It is used to summarize the high-dimensional set with a smaller number of representative variables. PCA is an unsupervised approach. Each of the dimensions found by PCA is a linear combination of the \(p\) features.
The first principal component of a set of features \(X_1,X_2, . . . ,X_p\) is the normalized linear combination of the features \(Z_1=\phi^T X\) that has the largest variance. \(\phi\) is called the loadings of the first PC. After the first principal component Z1 of the features has been determined, we can find the second principal component \(Z_2\)
states <- row.names(USArrests)
states
## [1] "Alabama" "Alaska" "Arizona" "Arkansas"
## [5] "California" "Colorado" "Connecticut" "Delaware"
## [9] "Florida" "Georgia" "Hawaii" "Idaho"
## [13] "Illinois" "Indiana" "Iowa" "Kansas"
## [17] "Kentucky" "Louisiana" "Maine" "Maryland"
## [21] "Massachusetts" "Michigan" "Minnesota" "Mississippi"
## [25] "Missouri" "Montana" "Nebraska" "Nevada"
## [29] "New Hampshire" "New Jersey" "New Mexico" "New York"
## [33] "North Carolina" "North Dakota" "Ohio" "Oklahoma"
## [37] "Oregon" "Pennsylvania" "Rhode Island" "South Carolina"
## [41] "South Dakota" "Tennessee" "Texas" "Utah"
## [45] "Vermont" "Virginia" "Washington" "West Virginia"
## [49] "Wisconsin" "Wyoming"
names(USArrests)
## [1] "Murder" "Assault" "UrbanPop" "Rape"
We first briefly examine the data.

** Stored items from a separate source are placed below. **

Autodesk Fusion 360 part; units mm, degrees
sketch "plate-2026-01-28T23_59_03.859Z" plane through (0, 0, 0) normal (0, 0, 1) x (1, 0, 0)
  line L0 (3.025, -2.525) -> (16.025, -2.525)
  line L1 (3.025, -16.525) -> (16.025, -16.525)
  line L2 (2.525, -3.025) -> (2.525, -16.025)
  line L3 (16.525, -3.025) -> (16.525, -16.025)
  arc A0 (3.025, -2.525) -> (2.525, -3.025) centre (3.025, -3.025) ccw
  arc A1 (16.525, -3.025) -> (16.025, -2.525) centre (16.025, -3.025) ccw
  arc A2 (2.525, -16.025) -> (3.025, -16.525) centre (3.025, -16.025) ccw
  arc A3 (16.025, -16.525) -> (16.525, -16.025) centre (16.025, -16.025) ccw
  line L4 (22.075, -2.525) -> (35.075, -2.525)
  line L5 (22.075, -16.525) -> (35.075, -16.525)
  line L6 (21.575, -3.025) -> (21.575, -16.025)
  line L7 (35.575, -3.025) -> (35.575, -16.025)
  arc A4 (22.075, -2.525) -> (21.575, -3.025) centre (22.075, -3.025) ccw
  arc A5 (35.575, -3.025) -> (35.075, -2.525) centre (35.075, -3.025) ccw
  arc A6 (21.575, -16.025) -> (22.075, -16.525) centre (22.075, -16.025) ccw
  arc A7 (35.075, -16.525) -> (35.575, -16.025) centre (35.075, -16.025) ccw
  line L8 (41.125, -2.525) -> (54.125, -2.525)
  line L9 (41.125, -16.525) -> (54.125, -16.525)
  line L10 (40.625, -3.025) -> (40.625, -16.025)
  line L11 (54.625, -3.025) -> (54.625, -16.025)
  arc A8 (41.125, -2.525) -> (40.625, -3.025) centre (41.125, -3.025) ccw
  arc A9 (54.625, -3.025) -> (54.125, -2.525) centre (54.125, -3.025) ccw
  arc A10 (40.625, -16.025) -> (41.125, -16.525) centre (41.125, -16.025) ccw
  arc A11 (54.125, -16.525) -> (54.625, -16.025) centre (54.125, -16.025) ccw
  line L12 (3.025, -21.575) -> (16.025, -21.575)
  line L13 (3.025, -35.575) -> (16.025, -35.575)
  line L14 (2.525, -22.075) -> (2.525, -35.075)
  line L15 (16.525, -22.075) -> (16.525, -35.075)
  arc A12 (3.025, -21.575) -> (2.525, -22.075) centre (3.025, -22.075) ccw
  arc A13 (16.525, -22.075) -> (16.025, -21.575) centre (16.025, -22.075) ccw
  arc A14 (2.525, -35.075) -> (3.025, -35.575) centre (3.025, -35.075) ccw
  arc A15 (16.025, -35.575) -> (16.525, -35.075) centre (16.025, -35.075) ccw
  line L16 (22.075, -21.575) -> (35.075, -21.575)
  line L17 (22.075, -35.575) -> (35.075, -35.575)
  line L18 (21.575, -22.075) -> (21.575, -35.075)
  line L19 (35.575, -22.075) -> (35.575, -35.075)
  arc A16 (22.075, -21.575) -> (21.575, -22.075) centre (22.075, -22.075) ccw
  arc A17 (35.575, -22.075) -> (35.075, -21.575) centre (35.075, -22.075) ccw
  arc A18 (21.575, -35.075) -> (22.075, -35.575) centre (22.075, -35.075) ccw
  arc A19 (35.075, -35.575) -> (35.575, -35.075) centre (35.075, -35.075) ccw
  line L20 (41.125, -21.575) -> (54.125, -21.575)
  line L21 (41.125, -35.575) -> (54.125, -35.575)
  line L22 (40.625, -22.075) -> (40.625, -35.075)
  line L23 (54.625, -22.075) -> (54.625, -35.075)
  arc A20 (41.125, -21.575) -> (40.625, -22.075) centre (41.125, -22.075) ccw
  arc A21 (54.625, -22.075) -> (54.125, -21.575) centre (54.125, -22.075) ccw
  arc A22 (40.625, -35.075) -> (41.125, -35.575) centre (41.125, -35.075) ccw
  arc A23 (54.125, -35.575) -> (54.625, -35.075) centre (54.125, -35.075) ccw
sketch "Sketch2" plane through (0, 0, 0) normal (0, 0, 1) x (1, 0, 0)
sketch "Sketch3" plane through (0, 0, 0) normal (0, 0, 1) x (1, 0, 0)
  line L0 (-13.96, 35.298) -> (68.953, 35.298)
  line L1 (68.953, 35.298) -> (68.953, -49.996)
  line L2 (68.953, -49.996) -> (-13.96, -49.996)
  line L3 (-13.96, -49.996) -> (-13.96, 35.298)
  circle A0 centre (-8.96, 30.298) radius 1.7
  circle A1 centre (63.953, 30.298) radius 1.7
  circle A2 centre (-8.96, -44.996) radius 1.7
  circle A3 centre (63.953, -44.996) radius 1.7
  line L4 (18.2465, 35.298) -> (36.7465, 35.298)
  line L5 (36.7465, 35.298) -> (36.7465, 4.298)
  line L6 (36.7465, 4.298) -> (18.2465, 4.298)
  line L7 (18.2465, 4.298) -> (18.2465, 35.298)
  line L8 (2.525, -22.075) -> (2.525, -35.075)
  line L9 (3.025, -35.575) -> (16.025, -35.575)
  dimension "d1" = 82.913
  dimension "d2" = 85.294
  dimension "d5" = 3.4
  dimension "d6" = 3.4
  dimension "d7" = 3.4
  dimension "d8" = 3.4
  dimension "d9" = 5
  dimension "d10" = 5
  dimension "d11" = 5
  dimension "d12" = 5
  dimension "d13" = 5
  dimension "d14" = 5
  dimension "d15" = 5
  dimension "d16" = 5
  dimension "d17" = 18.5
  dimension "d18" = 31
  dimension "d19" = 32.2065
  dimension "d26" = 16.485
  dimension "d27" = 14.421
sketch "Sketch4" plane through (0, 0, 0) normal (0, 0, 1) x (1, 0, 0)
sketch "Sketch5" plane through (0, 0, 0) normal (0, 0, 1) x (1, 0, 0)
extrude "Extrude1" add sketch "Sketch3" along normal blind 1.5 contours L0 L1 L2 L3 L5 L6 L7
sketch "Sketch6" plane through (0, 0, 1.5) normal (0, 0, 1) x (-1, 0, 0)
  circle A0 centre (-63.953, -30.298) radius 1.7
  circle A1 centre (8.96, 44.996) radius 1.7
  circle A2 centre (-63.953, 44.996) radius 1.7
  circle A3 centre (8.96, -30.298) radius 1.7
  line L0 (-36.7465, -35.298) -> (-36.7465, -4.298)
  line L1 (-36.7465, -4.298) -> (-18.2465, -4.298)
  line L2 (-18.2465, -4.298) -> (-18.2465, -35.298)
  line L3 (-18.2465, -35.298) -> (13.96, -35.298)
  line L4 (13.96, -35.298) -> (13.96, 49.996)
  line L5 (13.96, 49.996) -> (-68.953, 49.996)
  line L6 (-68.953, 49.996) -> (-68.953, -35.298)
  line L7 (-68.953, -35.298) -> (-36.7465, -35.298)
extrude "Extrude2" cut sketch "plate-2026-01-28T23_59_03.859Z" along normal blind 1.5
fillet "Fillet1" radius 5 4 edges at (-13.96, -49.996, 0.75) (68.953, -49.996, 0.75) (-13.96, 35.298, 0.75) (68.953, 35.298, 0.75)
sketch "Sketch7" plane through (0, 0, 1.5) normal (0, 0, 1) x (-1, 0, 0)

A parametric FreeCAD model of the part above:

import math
import FreeCAD as App
import Part
import Sketcher

V = App.Vector
Q = App.Units.Quantity


def edges_at(feature, points):
    """Names of the edges that pass closest to the given points."""
    edges = feature.Shape.Edges
    near = lambda p: min(range(len(edges)), key=lambda i: edges[i].distToShape(Part.Vertex(*p))[0])
    return sorted({f"Edge{near(p) + 1}" for p in points})


def add_polygon(sketch, points):
    """Adds a closed chain of lines whose ends are joined by coincident constraints."""
    first, n = sketch.GeometryCount, len(points)
    for a, b in zip(points, points[1:] + points[:1]):
        sketch.addGeometry(Part.LineSegment(App.Vector(*a, 0), App.Vector(*b, 0)), False)
    for i in range(n):
        sketch.addConstraint(Sketcher.Constraint("Coincident", first + i, 2, first + (i + 1) % n, 1))

doc = App.newDocument("Part")
body = doc.addObject("PartDesign::Body", "Body")

sketch1 = body.newObject("Sketcher::SketchObject", "Sketch")
sketch1.AttachmentSupport = (doc.getObject("XY_Plane"), [""])
sketch1.MapMode = "FlatFace"
add_polygon(sketch1, [(18.2465, 35.298), (-13.96, 35.298), (-13.96, -49.996), (68.953, -49.996), (68.953, 35.298), (36.7465, 35.298), (36.7465, 4.298), (18.2465, 4.298)])
sketch1.addGeometry(Part.Circle(V(-8.96, -44.996, 0), V(0, 0, 1), 1.7), False)
sketch1.addGeometry(Part.Circle(V(63.953, -44.996, 0), V(0, 0, 1), 1.7), False)
sketch1.addGeometry(Part.Circle(V(-8.96, 30.298, 0), V(0, 0, 1), 1.7), False)
sketch1.addGeometry(Part.Circle(V(63.953, 30.298, 0), V(0, 0, 1), 1.7), False)
sketch1.addConstraint([
    Sketcher.Constraint("Horizontal", 0),
    Sketcher.Constraint("Vertical", 1),
    Sketcher.Constraint("Horizontal", 2),
    Sketcher.Constraint("Vertical", 3),
    Sketcher.Constraint("Horizontal", 4),
    Sketcher.Constraint("Vertical", 5),
    Sketcher.Constraint("Horizontal", 6),
    Sketcher.Constraint("Vertical", 7),
    Sketcher.Constraint("Equal", 8, 9),
    Sketcher.Constraint("Equal", 9, 10),
    Sketcher.Constraint("Equal", 10, 11),
    Sketcher.Constraint("Horizontal", 8, 3, 9, 3),
    Sketcher.Constraint("Horizontal", 10, 3, 11, 3),
    Sketcher.Constraint("Horizontal", 0, 2, 3, 2),
    Sketcher.Constraint("Vertical", 8, 3, 10, 3),
    Sketcher.Constraint("Vertical", 9, 3, 11, 3),
    Sketcher.Constraint("Equal", 0, 4),
    Sketcher.Constraint("Diameter", 8, Q("3.4 mm")),
    Sketcher.Constraint("DistanceY", 5, 2, 5, 1, Q("31 mm")),
    Sketcher.Constraint("DistanceX", 6, 2, 6, 1, Q("18.5 mm")),
    Sketcher.Constraint("DistanceX", 0, 2, 10, 3, Q("5 mm")),
    Sketcher.Constraint("DistanceY", 10, 3, 0, 2, Q("5 mm")),
    Sketcher.Constraint("DistanceY", 1, 2, 8, 3, Q("5 mm")),
    Sketcher.Constraint("DistanceX", 9, 3, 2, 2, Q("5 mm")),
    Sketcher.Constraint("DistanceX", 2, 1, 2, 2, Q("82.913 mm")),
    Sketcher.Constraint("DistanceY", 1, 2, 1, 1, Q("85.294 mm")),
    Sketcher.Constraint("DistanceX", 8, 3, -1, 1, Q("8.96 mm")),
    Sketcher.Constraint("DistanceY", 8, 3, -1, 1, Q("44.996 mm")),
])
pad1 = body.newObject("PartDesign::Pad", "Pad")
pad1.Profile = sketch1
pad1.Length = 1.5

sketch2 = body.newObject("Sketcher::SketchObject", "Sketch001")
sketch2.AttachmentSupport = (doc.getObject("XY_Plane"), [""])
sketch2.MapMode = "FlatFace"
sketch2.addGeometry([
    Part.LineSegment(V(16.025, -2.525, 0), V(3.025, -2.525, 0)),
    Part.ArcOfCircle(Part.Circle(V(3.025, -3.025, 0), V(0, 0, 1), 0.5), math.radians(90), math.radians(180)),
    Part.LineSegment(V(2.525, -3.025, 0), V(2.525, -16.025, 0)),
    Part.ArcOfCircle(Part.Circle(V(3.025, -16.025, 0), V(0, 0, 1), 0.5), math.radians(180), math.radians(270)),
    Part.LineSegment(V(3.025, -16.525, 0), V(16.025, -16.525, 0)),
    Part.ArcOfCircle(Part.Circle(V(16.025, -16.025, 0), V(0, 0, 1), 0.5), math.radians(-90), math.radians(0)),
    Part.LineSegment(V(16.525, -16.025, 0), V(16.525, -3.025, 0)),
    Part.ArcOfCircle(Part.Circle(V(16.025, -3.025, 0), V(0, 0, 1), 0.5), math.radians(0), math.radians(90)),
    Part.LineSegment(V(35.075, -2.525, 0), V(22.075, -2.525, 0)),
    Part.ArcOfCircle(Part.Circle(V(22.075, -3.025, 0), V(0, 0, 1), 0.5), math.radians(90), math.radians(180)),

We notice that the variables have vastly different means.
apply(USArrests,2,mean)
## Murder Assault UrbanPop Rape
## 7.788 170.760 65.540 21.232
apply(USArrests,2,var)
## Murder Assault UrbanPop Rape
## 18.97047 6945.16571 209.51878 87.72916
The UrbanPop variable measures the percentage of the population in each state living in an urban area, which is not a comparable number to the number of rapes in each state per 100,000 individuals.
So we shall standardize the variables to have mean zero and standard deviation one before performing PCA.
x <- scale(USArrests,center = TRUE,scal=TRUE)
apply(x,2,mean)
## Murder Assault UrbanPop Rape
## -7.663087e-17 1.112408e-16 -4.332808e-16 8.942391e-17
apply(x,2,var)
## Murder Assault UrbanPop Rape
## 1 1 1 1
We now perform principal components analysis using the prcomp() function, which centers the variables to have zero mean and scale the variabls to have standard deviation 1.
pr.out <- prcomp(USArrests , scale = TRUE)
names(pr.out)
## [1] "sdev" "rotation" "center" "scale" "x"
pr.out$center
## Murder Assault UrbanPop Rape
## 7.788 170.760 65.540 21.232
pr.out$scale
## Murder Assault UrbanPop Rape
## 4.355510 83.337661 14.474763 9.366385
each column of pr.out$rotation contains the corresponding principal component loading vector. - we see that the first loading vector places approximately equal weight on Assault, Murder, and Rape, but with much less weight on UrbanPop. Hence this component roughly corresponds to a measure of overall rates of serious crimes.
pr.out$rotation
## PC1 PC2 PC3 PC4
## Murder -0.5358995 -0.4181809 0.3412327 0.64922780
## Assault -0.5831836 -0.1879856 0.2681484 -0.74340748
## UrbanPop -0.2781909 0.8728062 0.3780158 0.13387773
## Rape -0.5434321 0.1673186 -0.8177779 0.08902432
Overall, we see that the crime-related variables (Murder, Assault, and Rape) are located close to each other, and that the UrbanPop variable is far from the other three. This indicates that the crime-related variables are correlated with each other—states with high murder rates tend to have high assault and rape rates—and that the UrbanPop variable is less correlated with the other three.
dim(pr.out$x)
## [1] 50 4
matrix x has as its columns the principal component score vectors.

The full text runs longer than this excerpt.